Oh. Mein. Gott. Unabhängige Berichterstattung. Wunderbar. Wo gibt es die denn heute noch? Wo leben denn die Herrschaften? Nur in den freien Medien noch, bei den Aluhüten, den Covidioten, den dreckigen Ungeimpften.
Und jetzt? Jetzt winden sich irgendwie alle herum. Ääääähmmm … jetzt ist es doch alles ruchbar geworden. Die Leitung der Zeitungsgruppe Ippen schreibt eilig Rechtfertigungen zusammen:
„Der Ippen-Medienkonzern betont, es sei keine leichte oder schnelle Entscheidung gewesen und es habe eine intensive Diskussion beider Seiten im Haus gegeben. Am Ende sei es aber klar das Recht eines Verlegers, Richtlinien für seine Medien vorzugeben. Zudem hieß es: ‚Wir stehen als Mediengruppe Ippen ganz klar dazu, dass Redaktionen frei und unabhängig arbeiten können und arbeiten müssen. Gleichzeitig hat ein Verleger immer das Recht, Leitlinien festzulegen, und es ist auch normal, bei großen Recherchen die Rechtsrisiken gemeinsam abzuwägen.‘ Die Arbeit mit den Investigativjournalisten wolle man “natürlich weiter fortsetzen”.“
Es drängt sich schon der Eindruck auf, dass die Investigativ-Gruppe einfach nur die Munition für den Abschuss liefern sollte, man das aber nicht allzu sehr an die große Glocke hängen wollte, da auch irgendwie recht durchsichtig. Und die Investigativ-Gruppe hat’s nicht geschnallt. Nun hat der Spiegel einiges aus der Recherche gegen Herrn Julian Reichelt veröffentlicht. Dreimal darf man raten, woher der Spiegel – außer aus der New York Times – diese Unterlagen erhalten hat.

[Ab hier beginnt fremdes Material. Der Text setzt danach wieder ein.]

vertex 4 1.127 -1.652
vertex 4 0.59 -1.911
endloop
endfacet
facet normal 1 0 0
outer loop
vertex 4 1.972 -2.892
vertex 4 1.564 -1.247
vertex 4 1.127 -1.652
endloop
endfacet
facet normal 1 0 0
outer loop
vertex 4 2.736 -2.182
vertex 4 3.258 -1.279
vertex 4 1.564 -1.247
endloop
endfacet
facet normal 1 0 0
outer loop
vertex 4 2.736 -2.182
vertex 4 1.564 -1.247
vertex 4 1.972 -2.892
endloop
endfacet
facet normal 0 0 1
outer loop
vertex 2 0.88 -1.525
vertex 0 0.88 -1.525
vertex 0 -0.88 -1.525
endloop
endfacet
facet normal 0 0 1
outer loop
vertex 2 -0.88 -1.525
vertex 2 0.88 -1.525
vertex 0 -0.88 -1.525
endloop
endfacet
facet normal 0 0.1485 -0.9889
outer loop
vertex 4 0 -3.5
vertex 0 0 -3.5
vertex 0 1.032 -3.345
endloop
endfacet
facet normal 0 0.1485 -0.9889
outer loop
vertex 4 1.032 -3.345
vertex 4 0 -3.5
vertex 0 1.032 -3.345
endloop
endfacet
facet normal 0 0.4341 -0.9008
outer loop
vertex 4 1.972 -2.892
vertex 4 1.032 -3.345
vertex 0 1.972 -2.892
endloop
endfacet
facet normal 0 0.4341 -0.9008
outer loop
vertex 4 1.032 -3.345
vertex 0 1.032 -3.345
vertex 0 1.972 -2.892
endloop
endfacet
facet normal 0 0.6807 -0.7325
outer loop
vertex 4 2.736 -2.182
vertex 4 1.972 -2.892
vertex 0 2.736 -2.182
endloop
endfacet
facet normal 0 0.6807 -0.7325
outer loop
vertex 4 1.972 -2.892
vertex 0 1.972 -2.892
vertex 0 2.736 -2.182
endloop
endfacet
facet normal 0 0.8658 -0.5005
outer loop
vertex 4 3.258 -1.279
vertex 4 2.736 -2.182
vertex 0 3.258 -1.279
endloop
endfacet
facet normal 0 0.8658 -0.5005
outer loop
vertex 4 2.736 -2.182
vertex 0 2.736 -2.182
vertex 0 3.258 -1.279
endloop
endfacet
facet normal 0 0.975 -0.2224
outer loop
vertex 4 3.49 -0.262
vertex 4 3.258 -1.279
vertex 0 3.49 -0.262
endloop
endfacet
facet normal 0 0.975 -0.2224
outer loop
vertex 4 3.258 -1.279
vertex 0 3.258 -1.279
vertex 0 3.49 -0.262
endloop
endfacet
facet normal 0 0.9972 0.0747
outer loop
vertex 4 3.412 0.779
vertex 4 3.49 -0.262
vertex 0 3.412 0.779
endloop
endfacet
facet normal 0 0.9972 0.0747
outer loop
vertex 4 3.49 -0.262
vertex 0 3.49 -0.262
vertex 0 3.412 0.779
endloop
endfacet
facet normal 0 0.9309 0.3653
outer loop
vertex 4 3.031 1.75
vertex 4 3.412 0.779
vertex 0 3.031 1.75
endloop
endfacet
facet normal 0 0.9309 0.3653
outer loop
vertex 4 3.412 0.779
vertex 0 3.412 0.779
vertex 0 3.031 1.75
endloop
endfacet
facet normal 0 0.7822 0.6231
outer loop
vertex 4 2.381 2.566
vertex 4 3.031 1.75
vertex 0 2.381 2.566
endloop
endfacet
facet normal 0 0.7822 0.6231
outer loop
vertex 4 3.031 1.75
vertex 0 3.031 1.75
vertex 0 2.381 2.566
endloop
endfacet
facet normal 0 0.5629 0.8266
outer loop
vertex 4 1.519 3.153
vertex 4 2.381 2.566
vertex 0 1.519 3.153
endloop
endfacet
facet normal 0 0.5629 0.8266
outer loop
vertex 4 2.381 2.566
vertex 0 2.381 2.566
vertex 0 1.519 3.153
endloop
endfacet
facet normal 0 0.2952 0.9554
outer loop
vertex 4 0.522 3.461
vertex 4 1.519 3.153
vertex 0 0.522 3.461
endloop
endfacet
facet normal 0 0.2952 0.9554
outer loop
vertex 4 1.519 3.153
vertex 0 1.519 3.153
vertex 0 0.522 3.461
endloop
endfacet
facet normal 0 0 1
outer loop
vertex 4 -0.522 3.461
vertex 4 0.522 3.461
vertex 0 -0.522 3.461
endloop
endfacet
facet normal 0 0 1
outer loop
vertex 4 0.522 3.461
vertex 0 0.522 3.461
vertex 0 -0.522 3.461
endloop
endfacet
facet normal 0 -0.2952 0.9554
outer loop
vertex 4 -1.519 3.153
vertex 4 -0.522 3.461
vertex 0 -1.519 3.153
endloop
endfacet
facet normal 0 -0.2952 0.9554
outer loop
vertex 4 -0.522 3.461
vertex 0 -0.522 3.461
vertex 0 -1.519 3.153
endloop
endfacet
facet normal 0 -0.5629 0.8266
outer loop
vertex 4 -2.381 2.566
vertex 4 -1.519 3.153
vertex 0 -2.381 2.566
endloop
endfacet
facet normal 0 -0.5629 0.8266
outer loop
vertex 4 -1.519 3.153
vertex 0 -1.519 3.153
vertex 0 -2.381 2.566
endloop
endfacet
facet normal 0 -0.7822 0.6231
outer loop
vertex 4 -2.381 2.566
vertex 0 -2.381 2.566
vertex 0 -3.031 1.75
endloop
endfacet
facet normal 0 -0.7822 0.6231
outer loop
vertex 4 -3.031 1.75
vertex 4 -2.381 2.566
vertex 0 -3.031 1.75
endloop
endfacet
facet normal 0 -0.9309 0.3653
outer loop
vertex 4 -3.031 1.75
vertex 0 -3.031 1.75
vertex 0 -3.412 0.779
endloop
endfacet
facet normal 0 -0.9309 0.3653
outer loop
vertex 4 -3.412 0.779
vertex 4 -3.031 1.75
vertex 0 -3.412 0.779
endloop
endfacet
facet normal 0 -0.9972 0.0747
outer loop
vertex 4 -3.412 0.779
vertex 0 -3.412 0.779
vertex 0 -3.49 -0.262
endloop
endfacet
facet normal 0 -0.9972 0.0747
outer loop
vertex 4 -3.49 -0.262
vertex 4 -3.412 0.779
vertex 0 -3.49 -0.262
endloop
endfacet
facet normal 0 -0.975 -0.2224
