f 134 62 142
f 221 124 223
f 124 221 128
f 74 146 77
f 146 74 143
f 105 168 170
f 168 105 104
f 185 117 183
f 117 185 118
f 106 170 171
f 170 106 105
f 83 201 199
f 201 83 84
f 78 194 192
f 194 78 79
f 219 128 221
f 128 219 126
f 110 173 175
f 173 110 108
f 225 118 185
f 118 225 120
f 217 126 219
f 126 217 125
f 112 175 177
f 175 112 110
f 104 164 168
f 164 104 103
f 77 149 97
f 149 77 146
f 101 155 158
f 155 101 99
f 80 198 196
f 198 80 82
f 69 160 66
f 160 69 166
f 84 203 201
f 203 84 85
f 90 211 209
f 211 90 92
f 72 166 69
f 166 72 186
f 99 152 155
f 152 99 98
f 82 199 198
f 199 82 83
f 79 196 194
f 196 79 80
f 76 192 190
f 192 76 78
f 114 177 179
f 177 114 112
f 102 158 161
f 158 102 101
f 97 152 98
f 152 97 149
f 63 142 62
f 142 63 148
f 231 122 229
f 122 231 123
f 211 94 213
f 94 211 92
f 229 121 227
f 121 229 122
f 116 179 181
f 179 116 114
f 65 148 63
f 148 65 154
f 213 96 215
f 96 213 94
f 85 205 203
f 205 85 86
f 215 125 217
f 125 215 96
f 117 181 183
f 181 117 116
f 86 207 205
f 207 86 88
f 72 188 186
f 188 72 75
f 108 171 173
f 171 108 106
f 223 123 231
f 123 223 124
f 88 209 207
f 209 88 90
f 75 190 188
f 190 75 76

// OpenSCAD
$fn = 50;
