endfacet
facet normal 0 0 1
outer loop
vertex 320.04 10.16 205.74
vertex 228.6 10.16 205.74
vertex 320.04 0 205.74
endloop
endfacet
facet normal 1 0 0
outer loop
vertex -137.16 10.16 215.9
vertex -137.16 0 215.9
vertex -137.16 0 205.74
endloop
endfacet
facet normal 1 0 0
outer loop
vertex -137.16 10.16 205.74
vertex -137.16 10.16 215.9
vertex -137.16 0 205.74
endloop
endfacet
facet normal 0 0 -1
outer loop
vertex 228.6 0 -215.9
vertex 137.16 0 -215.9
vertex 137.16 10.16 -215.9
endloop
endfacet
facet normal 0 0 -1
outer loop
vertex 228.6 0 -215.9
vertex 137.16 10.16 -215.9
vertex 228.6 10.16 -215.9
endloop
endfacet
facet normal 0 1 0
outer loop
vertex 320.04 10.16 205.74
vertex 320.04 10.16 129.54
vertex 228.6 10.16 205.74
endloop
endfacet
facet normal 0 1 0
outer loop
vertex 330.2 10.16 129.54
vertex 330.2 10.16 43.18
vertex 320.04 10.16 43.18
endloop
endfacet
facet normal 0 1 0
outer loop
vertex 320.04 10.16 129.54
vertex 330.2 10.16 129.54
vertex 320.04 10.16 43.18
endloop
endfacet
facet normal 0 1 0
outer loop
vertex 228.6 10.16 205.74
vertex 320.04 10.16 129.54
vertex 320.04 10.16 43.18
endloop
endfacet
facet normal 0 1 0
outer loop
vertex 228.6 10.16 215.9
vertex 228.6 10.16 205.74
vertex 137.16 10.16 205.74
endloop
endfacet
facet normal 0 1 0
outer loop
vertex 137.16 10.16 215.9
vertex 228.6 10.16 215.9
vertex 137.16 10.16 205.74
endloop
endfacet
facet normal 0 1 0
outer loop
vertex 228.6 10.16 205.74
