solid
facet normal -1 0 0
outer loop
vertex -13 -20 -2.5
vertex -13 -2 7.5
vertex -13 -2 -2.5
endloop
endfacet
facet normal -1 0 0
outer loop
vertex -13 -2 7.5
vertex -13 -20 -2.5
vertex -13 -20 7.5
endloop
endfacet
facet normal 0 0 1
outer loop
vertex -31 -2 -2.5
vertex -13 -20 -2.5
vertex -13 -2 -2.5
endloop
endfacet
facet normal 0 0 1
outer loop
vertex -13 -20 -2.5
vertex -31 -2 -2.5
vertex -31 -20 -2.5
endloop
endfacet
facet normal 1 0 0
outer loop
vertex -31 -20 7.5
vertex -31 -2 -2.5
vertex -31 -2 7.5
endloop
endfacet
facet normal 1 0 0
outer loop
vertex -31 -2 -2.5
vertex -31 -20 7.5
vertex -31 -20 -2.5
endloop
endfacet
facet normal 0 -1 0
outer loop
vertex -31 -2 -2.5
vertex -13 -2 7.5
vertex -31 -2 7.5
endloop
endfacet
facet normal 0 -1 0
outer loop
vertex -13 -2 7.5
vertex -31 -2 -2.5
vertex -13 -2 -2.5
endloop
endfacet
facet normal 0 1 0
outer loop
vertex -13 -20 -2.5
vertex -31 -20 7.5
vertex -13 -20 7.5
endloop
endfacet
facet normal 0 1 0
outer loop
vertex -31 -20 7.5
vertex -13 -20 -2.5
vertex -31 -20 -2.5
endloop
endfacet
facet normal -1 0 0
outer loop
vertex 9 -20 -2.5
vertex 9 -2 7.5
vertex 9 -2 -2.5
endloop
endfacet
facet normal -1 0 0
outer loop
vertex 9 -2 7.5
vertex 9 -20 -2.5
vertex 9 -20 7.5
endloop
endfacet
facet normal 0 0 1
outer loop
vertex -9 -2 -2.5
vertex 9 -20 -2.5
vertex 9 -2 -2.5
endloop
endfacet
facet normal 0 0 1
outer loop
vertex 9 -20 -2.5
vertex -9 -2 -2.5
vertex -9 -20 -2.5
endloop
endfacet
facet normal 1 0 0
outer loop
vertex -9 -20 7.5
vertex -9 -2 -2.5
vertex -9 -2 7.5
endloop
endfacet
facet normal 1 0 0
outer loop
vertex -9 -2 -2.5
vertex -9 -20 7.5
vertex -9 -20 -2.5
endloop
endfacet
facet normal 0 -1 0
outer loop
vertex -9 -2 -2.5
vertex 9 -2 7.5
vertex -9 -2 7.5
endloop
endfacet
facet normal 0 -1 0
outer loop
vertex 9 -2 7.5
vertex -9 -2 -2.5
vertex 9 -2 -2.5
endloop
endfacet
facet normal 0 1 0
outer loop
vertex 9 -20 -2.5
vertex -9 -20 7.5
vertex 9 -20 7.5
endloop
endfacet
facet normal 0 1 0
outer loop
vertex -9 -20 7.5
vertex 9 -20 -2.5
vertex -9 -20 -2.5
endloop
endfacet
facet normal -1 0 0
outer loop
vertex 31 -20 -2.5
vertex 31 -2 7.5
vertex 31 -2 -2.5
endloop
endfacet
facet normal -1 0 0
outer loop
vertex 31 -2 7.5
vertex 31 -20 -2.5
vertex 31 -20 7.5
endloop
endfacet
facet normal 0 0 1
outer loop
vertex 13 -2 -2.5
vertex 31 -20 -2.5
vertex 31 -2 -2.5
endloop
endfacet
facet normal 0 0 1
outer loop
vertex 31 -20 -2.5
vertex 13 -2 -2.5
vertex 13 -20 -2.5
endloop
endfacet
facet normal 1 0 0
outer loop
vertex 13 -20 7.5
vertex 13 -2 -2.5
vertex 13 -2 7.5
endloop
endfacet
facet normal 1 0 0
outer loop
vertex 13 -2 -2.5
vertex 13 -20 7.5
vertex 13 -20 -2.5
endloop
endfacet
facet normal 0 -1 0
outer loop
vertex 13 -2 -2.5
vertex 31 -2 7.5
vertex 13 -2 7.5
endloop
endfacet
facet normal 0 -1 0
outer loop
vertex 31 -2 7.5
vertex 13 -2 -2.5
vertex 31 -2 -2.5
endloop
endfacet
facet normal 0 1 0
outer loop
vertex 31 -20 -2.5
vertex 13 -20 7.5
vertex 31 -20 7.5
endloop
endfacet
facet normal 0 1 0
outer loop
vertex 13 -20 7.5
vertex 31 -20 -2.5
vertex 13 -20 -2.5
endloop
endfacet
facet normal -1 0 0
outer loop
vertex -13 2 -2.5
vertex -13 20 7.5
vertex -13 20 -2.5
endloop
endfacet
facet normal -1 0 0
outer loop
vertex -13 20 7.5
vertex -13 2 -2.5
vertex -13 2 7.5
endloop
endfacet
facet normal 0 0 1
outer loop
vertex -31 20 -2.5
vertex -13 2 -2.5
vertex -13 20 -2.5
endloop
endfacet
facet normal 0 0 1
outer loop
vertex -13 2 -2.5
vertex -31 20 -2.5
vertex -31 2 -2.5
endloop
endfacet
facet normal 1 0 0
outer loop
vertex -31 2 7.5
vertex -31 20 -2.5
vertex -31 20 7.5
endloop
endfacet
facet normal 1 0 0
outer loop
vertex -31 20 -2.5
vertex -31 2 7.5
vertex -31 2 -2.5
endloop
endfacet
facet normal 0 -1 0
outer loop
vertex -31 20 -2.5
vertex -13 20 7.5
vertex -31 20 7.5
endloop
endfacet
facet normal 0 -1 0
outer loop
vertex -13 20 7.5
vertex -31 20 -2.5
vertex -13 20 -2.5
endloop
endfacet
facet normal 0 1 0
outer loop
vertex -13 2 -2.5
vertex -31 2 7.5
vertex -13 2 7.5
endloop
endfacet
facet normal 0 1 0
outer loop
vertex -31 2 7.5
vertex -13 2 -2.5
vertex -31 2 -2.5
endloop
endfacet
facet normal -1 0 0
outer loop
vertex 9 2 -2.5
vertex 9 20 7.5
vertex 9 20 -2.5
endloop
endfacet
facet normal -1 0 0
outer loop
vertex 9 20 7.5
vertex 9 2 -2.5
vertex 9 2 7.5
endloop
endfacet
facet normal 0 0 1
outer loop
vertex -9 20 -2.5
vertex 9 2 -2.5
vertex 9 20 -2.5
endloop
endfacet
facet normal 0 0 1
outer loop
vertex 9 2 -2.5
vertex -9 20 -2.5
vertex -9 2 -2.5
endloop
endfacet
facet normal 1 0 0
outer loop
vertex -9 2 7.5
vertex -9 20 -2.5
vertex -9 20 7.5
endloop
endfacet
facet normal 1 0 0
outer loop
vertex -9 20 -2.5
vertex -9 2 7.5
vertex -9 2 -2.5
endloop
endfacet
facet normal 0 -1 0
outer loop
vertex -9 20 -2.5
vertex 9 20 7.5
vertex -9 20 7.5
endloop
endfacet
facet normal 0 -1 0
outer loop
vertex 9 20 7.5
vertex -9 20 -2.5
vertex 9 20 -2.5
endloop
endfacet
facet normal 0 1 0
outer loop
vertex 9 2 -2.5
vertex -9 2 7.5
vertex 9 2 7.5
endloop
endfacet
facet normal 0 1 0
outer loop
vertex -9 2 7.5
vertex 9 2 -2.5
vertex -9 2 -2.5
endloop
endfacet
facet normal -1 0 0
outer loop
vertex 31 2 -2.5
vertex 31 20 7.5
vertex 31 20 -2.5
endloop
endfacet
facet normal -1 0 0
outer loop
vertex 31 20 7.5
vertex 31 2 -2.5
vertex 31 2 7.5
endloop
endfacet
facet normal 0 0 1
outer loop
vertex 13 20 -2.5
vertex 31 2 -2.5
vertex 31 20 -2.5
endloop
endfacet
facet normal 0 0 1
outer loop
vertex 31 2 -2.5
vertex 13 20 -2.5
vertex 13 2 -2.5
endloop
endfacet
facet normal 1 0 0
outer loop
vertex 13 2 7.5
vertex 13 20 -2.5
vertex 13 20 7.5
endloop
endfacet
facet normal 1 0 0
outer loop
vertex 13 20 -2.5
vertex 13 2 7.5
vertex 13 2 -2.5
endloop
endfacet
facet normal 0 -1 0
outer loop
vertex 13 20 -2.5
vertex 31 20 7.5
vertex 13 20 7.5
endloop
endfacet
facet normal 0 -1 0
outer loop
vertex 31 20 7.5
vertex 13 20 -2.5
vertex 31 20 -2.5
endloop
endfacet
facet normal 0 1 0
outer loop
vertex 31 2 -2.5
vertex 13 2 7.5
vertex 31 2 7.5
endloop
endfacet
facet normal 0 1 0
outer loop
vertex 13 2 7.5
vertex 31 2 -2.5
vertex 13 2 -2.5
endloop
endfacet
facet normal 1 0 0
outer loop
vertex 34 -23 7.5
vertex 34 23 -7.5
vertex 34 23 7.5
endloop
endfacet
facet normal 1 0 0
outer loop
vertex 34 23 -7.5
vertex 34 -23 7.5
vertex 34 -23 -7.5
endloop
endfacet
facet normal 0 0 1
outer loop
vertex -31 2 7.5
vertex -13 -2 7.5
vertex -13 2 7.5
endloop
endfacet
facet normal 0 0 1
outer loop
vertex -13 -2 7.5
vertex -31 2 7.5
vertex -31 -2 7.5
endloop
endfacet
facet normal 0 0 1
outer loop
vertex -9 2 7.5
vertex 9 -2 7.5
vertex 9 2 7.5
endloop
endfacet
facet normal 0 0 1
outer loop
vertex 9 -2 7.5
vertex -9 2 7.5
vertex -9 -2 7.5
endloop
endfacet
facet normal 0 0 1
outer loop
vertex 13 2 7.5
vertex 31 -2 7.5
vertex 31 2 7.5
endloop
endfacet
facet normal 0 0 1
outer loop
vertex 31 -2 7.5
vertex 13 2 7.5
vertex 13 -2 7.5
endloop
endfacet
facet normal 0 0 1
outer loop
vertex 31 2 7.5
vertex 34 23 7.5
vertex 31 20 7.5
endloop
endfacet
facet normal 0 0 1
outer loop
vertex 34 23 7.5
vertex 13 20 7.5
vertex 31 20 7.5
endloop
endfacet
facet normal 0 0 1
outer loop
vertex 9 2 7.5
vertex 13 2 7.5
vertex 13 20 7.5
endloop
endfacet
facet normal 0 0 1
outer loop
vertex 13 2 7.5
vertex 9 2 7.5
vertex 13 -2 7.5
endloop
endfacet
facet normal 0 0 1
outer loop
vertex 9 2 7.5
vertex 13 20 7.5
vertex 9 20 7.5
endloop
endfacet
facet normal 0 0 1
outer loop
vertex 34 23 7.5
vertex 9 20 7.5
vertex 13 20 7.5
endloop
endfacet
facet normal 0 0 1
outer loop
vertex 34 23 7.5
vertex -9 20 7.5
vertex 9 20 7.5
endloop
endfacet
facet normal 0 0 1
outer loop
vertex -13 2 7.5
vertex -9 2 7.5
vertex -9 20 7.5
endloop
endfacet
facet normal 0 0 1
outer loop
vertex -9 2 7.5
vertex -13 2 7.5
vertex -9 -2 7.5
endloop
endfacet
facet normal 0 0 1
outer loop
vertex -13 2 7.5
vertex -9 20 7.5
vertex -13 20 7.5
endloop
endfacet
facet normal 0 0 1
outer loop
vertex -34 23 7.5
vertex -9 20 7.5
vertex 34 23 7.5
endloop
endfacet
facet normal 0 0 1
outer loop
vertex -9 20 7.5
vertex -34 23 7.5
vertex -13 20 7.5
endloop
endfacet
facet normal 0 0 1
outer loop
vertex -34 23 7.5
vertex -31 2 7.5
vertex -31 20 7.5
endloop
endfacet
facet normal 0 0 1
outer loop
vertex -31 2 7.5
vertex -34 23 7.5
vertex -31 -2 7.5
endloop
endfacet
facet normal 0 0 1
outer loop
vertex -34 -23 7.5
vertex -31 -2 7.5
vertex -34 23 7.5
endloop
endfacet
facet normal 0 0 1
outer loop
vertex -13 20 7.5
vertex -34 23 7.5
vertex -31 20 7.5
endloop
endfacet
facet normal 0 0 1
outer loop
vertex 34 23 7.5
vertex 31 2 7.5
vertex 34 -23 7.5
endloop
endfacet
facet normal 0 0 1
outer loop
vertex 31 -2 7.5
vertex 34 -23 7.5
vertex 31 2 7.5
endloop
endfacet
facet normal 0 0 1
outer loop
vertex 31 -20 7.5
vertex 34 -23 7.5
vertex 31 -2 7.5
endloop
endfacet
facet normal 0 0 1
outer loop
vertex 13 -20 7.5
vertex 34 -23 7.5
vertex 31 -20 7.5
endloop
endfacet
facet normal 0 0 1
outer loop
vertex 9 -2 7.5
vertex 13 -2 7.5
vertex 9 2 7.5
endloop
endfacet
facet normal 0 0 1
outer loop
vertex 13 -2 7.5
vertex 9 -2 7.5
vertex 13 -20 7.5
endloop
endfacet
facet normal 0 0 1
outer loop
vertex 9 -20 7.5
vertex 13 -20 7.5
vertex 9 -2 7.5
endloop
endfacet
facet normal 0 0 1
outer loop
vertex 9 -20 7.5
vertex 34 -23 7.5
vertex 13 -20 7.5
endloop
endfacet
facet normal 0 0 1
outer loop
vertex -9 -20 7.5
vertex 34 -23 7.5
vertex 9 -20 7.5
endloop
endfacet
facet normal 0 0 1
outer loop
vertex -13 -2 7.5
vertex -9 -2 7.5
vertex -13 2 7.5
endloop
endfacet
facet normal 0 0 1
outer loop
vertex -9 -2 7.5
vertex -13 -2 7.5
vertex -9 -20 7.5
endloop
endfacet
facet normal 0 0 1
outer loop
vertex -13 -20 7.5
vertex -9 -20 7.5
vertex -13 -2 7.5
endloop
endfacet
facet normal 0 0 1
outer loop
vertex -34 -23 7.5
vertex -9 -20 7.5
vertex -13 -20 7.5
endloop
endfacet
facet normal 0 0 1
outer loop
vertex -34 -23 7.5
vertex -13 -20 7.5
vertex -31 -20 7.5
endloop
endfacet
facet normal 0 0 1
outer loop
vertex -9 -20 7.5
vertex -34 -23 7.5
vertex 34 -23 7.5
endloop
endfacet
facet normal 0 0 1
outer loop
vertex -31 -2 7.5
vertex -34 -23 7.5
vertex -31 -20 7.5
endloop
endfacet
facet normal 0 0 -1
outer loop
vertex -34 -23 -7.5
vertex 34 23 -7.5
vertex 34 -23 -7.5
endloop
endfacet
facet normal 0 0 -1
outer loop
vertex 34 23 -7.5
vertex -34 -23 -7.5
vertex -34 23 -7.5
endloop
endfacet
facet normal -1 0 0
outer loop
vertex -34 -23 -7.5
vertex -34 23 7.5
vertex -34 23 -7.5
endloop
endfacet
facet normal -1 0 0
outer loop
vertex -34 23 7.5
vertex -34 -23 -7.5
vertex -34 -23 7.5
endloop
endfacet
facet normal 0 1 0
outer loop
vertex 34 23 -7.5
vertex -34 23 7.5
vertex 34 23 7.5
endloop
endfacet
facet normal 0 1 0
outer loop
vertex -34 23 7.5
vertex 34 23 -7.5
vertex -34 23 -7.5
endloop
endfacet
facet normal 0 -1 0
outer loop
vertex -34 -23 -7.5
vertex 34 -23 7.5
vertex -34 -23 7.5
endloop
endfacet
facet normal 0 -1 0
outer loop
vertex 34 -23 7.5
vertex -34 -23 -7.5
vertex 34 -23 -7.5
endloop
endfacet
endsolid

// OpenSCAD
$fn = 32;

// ----------------------------------------------------------------------
// Pocket plate 68 x 46 x 15
// 2 x 3 pockets 18 mm square, 10 mm deep
// ----------------------------------------------------------------------

// --- parameters (mm) ---
thickness = 15;  // plate thickness
floor_t = 5;     // material left under each pocket
pocket = 18;     // pocket side length
pitch_x = 22;    // pocket pitch along X
pitch_y = 22;    // pocket pitch along Y
cols = 3;        // pockets per row
rows = 2;        // rows of pockets

// --- derived feature positions (mm) ---
depth = thickness - floor_t;        // = 10   pocket depth, down to the floor
span_x = (cols - 1) * pitch_x;      // = 44   distance between outer pockets
span_y = (rows - 1) * pitch_y;      // = 22   distance between outer pocket rows
origin_x = -span_x / 2;             // = -22   X of the first pocket
origin_y = -span_y / 2;             // = -11   Y of the first pocket
plate = [span_x + pocket + 6, span_y + pocket + 6, thickness];  // = [68, 46, 15]   overall size: pockets plus 3 mm of wall on each side
feature_centers = [
  [origin_x + 0 * pitch_x, origin_y + 0 * pitch_y],
  [origin_x + 1 * pitch_x, origin_y + 0 * pitch_y],
  [origin_x + 2 * pitch_x, origin_y + 0 * pitch_y],
  [origin_x + 0 * pitch_x, origin_y + 1 * pitch_y],
  [origin_x + 1 * pitch_x, origin_y + 1 * pitch_y],
  [origin_x + 2 * pitch_x, origin_y + 1 * pitch_y]
];   // pocket centres, used verbatim by the cutter loop

// plate outline, then one pocket per centre in feature_centers
difference() {
  cube(plate, center = true);
  for (centre = feature_centers)
    translate([centre[0] - pocket / 2, centre[1] - pocket / 2, plate[2] / 2 - depth])
      cube([pocket, pocket, depth + 1]);  // centred on the declared pocket centre
}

Und nun hat man schon den nächsten im Visier. Herr Mathias Döpfner, bisher ein unangefochtener Sechzehnender an der Springer-Spitze, ein Platzhirsch der Medienbranche. Die Seite DWDL.de (Was das Kürzel heißt, ist nicht bekannt, es ist ein TV-Branchendienst, der Herrn Thomas Lückerath gehört, und der möchte den Sinn des Kürzels nicht nennen) nimmt Herrn Döpfner aufs Korn: „Der Rauswurf Reichelts darf nicht ablenken von dem, was für die ‚New York Times‘ der eigentliche Grund für ihre Berichterstattung gewesen sein dürfte: Das zwielichtige Bild, das Mathias Döpfner an der Springer-Spitze abgibt.“
Warum? Weil er Julian Reichelt gewähren ließ, schreibt Herr Lückerath. Dabei geht es, wie er klar zum Ausdruck bringt, gar nicht um die Affairchen mit den Praktikantinnen. Die Hühner da interessieren gar nicht und die Aufdeckungen haben also offenbar ganz andere Hintergründe. Sondern es geht um den politischen Rückhalt, den Herr Julian Reichelt offensichtlich von Herrn Mathias Döpfner erhielt – und darum wird auch Herr Döpfner bald abgeschossen:
„Demnach schrieb der Vorstandsvorsitzende von Axel Springer über seinen “Bild”-Chefredakteur wörtlich (wie Smith am Montag auf deutsch noch nachgereicht hat): ‚Er ist halt wirklich der letzte und einzige Journalist in Deutschland der noch mutig gegen den neuen DDR Obrigkeitsstaat aufbegehrt. Fast alle anderen sind zu Propaganda Assistenten geworden.‘ Julian Reichelt, der letzte Kämpfer gegen einen neuen autoritären DDR-Staat? Wissend darum, wie oft diese Tonalität sich dann in den folgenden Monaten in der Berichterstattung von ‚Bild‘ niederschlug, war das kein zufälliger Gag, sondern Kurs des Hauses.“
Na, also. Nennen wir doch das Kind beim Namen. Es geht bei der ganzen Sache um eine politische Säuberungsaktion, wie das nun mal in einem DDR-Obrigkeitsstaat ist.